You might be interested to know that the OH3 logins have a basic built-in progressive delay mechanism to counter brute force attacks. IIRC it adds 1 second to a global lockout delay where nobody can login - it’s not account-based - after every failed login. You’ll see a message in the log when this happens (but not on the login page):

[WARN ] [tp.auth.internal.AuthorizePageServlet] - Authentication failed: Too many consecutive login attempts

If you get locked out for too long out after a number of failed attempts, the solution is to restart openHAB -or the “HTTP Interface Authentication” bundle responsible for logins.

Great article btw!

Bruce_Osborne · October 6, 2020, 12:19pm

@ysc
Its there any documentation or hints to help me here?

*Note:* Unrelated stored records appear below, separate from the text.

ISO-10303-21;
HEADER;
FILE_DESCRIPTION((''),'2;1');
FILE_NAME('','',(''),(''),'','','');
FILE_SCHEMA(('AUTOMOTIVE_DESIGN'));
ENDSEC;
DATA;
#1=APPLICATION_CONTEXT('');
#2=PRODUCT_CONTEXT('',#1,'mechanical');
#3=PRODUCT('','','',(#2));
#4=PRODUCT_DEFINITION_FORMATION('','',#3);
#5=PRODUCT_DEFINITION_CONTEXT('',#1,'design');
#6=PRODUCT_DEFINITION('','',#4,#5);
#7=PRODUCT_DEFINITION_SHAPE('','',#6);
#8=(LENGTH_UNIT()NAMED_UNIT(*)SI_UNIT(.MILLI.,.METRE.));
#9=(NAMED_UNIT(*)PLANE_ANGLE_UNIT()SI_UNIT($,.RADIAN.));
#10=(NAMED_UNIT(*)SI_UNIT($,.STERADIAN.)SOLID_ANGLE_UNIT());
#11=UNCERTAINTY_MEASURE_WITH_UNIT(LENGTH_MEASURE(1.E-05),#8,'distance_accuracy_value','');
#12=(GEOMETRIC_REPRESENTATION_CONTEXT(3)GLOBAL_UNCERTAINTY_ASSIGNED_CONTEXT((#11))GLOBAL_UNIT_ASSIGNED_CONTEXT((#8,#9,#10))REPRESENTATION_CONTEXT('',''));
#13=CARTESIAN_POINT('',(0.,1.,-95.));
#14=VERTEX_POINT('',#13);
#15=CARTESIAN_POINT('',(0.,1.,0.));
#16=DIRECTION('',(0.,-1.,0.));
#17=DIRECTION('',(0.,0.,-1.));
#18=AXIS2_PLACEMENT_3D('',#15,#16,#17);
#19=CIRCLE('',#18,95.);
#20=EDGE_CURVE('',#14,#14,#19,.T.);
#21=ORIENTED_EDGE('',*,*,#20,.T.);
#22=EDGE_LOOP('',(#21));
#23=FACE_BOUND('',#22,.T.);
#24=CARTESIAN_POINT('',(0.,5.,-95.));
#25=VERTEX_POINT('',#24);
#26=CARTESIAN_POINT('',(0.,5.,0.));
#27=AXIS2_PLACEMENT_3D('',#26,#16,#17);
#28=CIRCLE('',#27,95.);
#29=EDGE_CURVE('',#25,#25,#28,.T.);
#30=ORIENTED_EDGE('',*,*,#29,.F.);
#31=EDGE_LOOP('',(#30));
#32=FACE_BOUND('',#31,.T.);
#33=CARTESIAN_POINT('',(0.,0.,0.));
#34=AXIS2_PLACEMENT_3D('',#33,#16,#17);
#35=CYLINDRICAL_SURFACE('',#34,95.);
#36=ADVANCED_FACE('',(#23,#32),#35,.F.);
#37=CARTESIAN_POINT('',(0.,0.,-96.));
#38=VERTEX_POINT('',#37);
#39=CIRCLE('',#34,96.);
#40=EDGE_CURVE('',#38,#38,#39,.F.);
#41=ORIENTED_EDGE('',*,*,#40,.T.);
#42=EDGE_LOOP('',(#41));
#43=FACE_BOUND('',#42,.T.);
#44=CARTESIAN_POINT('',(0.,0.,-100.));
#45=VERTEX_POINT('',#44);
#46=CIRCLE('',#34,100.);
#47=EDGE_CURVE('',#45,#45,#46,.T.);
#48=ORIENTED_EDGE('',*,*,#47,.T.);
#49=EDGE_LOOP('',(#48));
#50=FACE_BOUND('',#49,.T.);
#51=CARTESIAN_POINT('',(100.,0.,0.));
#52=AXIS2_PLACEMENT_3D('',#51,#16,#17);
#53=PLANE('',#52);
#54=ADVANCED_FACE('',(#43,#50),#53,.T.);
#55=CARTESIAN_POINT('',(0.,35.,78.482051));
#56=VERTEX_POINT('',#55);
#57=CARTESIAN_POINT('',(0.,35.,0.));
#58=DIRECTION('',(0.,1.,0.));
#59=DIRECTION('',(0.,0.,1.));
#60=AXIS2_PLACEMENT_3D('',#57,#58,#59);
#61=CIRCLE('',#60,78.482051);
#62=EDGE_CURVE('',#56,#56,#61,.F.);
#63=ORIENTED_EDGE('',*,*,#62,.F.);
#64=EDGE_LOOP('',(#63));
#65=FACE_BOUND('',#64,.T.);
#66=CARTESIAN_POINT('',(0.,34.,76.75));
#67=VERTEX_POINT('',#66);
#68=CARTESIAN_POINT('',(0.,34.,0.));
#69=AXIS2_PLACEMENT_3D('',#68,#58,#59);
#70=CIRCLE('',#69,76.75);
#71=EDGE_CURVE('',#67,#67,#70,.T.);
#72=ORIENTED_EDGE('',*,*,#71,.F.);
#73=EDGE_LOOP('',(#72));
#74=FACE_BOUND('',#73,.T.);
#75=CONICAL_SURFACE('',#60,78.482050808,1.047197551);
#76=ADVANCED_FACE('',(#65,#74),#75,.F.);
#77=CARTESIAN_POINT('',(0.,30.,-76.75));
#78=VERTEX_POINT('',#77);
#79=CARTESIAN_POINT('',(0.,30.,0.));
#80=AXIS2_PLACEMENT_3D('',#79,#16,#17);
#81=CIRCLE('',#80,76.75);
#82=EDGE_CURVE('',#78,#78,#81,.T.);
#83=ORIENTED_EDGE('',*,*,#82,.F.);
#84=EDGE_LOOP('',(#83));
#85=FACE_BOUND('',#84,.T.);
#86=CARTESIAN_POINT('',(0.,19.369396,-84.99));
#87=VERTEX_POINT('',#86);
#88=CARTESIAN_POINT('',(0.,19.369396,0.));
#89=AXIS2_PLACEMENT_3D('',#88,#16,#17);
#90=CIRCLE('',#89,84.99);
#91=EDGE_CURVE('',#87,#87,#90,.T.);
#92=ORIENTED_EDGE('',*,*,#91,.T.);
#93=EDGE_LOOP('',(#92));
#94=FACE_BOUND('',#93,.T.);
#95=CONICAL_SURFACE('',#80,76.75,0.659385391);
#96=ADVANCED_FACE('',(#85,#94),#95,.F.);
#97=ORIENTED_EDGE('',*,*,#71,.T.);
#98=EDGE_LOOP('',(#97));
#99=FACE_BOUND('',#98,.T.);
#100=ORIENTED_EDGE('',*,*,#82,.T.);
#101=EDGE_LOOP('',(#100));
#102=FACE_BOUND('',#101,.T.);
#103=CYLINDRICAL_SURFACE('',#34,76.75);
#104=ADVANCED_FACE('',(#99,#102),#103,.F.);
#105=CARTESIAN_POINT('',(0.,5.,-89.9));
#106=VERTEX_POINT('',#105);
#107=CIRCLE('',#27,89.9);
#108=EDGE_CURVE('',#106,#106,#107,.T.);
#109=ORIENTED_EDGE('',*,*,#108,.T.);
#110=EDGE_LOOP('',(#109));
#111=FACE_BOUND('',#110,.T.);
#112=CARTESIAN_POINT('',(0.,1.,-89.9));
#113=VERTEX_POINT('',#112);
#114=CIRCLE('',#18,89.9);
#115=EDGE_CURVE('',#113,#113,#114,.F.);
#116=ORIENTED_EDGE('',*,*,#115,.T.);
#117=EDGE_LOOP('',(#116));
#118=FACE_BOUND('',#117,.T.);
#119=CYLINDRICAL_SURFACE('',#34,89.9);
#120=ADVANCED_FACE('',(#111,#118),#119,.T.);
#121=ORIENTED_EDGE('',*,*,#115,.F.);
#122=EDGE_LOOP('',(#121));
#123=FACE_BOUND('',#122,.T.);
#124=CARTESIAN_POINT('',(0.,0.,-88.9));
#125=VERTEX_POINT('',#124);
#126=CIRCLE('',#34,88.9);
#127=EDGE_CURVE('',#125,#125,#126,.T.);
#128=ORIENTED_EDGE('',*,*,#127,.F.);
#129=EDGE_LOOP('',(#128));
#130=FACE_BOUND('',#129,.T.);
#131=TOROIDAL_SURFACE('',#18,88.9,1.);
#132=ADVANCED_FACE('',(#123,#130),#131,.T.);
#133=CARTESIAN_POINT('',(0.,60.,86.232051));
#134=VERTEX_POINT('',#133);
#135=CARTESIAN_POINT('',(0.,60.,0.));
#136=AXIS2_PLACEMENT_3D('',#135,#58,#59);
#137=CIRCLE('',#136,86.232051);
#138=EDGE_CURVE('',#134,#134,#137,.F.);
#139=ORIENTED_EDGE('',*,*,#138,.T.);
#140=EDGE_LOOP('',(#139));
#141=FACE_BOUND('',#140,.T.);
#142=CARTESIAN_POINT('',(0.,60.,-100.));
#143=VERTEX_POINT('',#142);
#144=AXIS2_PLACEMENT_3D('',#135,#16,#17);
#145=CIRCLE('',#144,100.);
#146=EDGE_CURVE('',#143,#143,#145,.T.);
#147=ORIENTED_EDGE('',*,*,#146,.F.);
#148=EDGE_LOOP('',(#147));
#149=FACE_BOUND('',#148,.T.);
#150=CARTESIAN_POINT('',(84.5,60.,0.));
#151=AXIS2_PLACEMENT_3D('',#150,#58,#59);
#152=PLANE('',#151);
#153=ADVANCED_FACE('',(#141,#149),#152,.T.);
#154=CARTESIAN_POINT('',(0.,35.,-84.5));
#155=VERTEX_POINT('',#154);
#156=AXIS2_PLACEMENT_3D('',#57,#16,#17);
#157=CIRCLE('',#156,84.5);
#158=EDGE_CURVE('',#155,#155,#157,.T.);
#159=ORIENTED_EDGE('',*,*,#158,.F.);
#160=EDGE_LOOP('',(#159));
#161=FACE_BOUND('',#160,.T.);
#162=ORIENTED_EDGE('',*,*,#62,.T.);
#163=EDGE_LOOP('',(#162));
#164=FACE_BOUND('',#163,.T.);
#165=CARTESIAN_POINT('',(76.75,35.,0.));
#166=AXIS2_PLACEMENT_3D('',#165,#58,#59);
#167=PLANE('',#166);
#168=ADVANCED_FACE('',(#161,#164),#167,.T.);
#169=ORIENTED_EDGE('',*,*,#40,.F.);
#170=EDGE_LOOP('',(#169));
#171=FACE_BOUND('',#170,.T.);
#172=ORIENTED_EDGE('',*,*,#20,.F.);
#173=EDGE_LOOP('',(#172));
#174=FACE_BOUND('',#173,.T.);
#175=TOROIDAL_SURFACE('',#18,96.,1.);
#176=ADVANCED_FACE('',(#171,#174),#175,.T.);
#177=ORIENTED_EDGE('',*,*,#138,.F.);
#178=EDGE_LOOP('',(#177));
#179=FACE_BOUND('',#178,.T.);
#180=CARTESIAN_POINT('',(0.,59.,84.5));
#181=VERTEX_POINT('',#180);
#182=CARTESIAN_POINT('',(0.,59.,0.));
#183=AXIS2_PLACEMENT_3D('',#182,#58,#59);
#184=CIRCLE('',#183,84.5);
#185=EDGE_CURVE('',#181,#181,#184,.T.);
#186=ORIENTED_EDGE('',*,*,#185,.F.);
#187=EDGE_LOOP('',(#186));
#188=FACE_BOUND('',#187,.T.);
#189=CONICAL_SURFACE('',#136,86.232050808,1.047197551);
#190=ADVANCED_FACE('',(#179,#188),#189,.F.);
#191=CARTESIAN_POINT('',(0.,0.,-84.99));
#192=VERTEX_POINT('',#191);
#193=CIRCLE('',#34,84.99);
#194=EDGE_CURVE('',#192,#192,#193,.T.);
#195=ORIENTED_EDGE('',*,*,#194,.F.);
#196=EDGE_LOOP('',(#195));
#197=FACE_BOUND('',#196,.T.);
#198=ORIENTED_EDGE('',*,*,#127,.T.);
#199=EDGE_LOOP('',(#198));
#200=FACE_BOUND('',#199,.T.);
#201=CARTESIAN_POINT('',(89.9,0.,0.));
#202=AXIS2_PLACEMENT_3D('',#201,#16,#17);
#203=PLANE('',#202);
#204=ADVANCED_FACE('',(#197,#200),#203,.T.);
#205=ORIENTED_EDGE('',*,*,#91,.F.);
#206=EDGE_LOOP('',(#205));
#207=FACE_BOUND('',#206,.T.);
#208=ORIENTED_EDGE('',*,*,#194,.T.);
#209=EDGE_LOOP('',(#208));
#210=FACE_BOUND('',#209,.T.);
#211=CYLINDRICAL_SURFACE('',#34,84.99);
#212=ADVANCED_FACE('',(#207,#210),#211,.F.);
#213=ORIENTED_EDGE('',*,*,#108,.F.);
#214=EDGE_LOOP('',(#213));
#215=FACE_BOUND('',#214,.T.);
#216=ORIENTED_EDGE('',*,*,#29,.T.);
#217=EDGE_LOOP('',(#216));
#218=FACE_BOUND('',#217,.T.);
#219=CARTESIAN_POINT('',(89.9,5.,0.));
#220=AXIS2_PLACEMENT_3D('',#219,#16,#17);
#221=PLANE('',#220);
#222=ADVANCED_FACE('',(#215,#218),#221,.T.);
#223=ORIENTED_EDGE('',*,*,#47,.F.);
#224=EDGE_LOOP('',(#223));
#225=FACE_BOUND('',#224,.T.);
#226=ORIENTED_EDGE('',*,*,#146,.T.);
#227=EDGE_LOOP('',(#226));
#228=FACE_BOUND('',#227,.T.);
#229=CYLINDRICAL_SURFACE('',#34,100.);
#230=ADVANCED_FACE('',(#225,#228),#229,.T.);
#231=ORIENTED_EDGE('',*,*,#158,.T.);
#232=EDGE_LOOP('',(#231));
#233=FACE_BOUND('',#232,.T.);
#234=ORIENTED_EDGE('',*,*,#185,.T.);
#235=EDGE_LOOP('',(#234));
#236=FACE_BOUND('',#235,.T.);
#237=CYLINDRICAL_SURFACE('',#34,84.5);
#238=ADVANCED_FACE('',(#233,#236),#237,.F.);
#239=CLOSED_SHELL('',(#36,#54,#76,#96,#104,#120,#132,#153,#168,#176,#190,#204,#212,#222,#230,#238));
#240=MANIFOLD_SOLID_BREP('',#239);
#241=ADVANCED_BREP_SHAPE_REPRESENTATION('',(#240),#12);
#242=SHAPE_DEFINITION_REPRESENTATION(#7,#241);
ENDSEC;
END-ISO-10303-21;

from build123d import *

# Parameters (mm, degrees)
CHAMFER2_SIZE         = 1
CHAMFER2_SIZE2        = 1.732050808
CHAMFER2_PART_2_SIZE  = 1
CHAMFER2_PART_2_SIZE2 = 1.732050808
FILLET1_R             = 1


with BuildPart() as part:
    # Sketch1 → Revolve1 (revolve)
    with BuildSketch(Plane.XY):
        Polygon((84.5, 60), (100, 60), (100, 0), (95, 0), (95, 5), (89.9, 5), (89.9, 0), (84.99, 0), (84.99, 19.369395797), (76.75, 30), (76.75, 35), (84.5, 35), align=None)
    revolve(axis=Axis((0, 0, 0), (0, 1, 0)))

    # Chamfer2
    chamfer2_edges = [part.edges().sort_by_distance(p)[0] for p in [
        (-84.5, 60, 0),
    ]]
    chamfer2_side = [part.faces().sort_by_distance(p)[0] for p in [
        (-84.5, 47.5, 0),
    ]]
    chamfer(chamfer2_edges, length=CHAMFER2_SIZE, length2=CHAMFER2_SIZE2, reference=chamfer2_side[0])

    # Chamfer2 part 2
    chamfer2_part_2_edges = [part.edges().sort_by_distance(p)[0] for p in [
        (-76.75, 35, 0),
    ]]
    chamfer2_part_2_side = [part.faces().sort_by_distance(p)[0] for p in [
        (-76.75, 32.5, 0),
    ]]
    chamfer(chamfer2_part_2_edges, length=CHAMFER2_PART_2_SIZE, length2=CHAMFER2_PART_2_SIZE2, reference=chamfer2_part_2_side[0])

    # Fillet1
    fillet1_edges = [part.edges().sort_by_distance(p)[0] for p in [
        (-95, 0, 0),
        (-89.9, 0, 0),
    ]]
    fillet(fillet1_edges, radius=FILLET1_R)


solid = part.part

eric1905 · December 1, 2020, 9:07am

How are you installing your bindings? By hand?
There was a tutorial by @ads where I can use the rest api to install bindings which I used for ansible with openhab2. But with openhab3 I am not able to do this because I need to authenticate first. Do you already have a role for this one?
Is it also possible to create a configuration file to create my admin user after the installation process or automate the admin creation within the ansible script as well? Otherwise I would need 2 Ansible playbooks. One for the server setup and the openhab installation and one for the openhab configuration with all the bindings and so on.
Maybe @ysc can tell something regarding my second point with the user creation.

Thank you in advance.
Eric

ads · December 1, 2020, 10:00am

I haven’t found time to look into OH3, unfortunately.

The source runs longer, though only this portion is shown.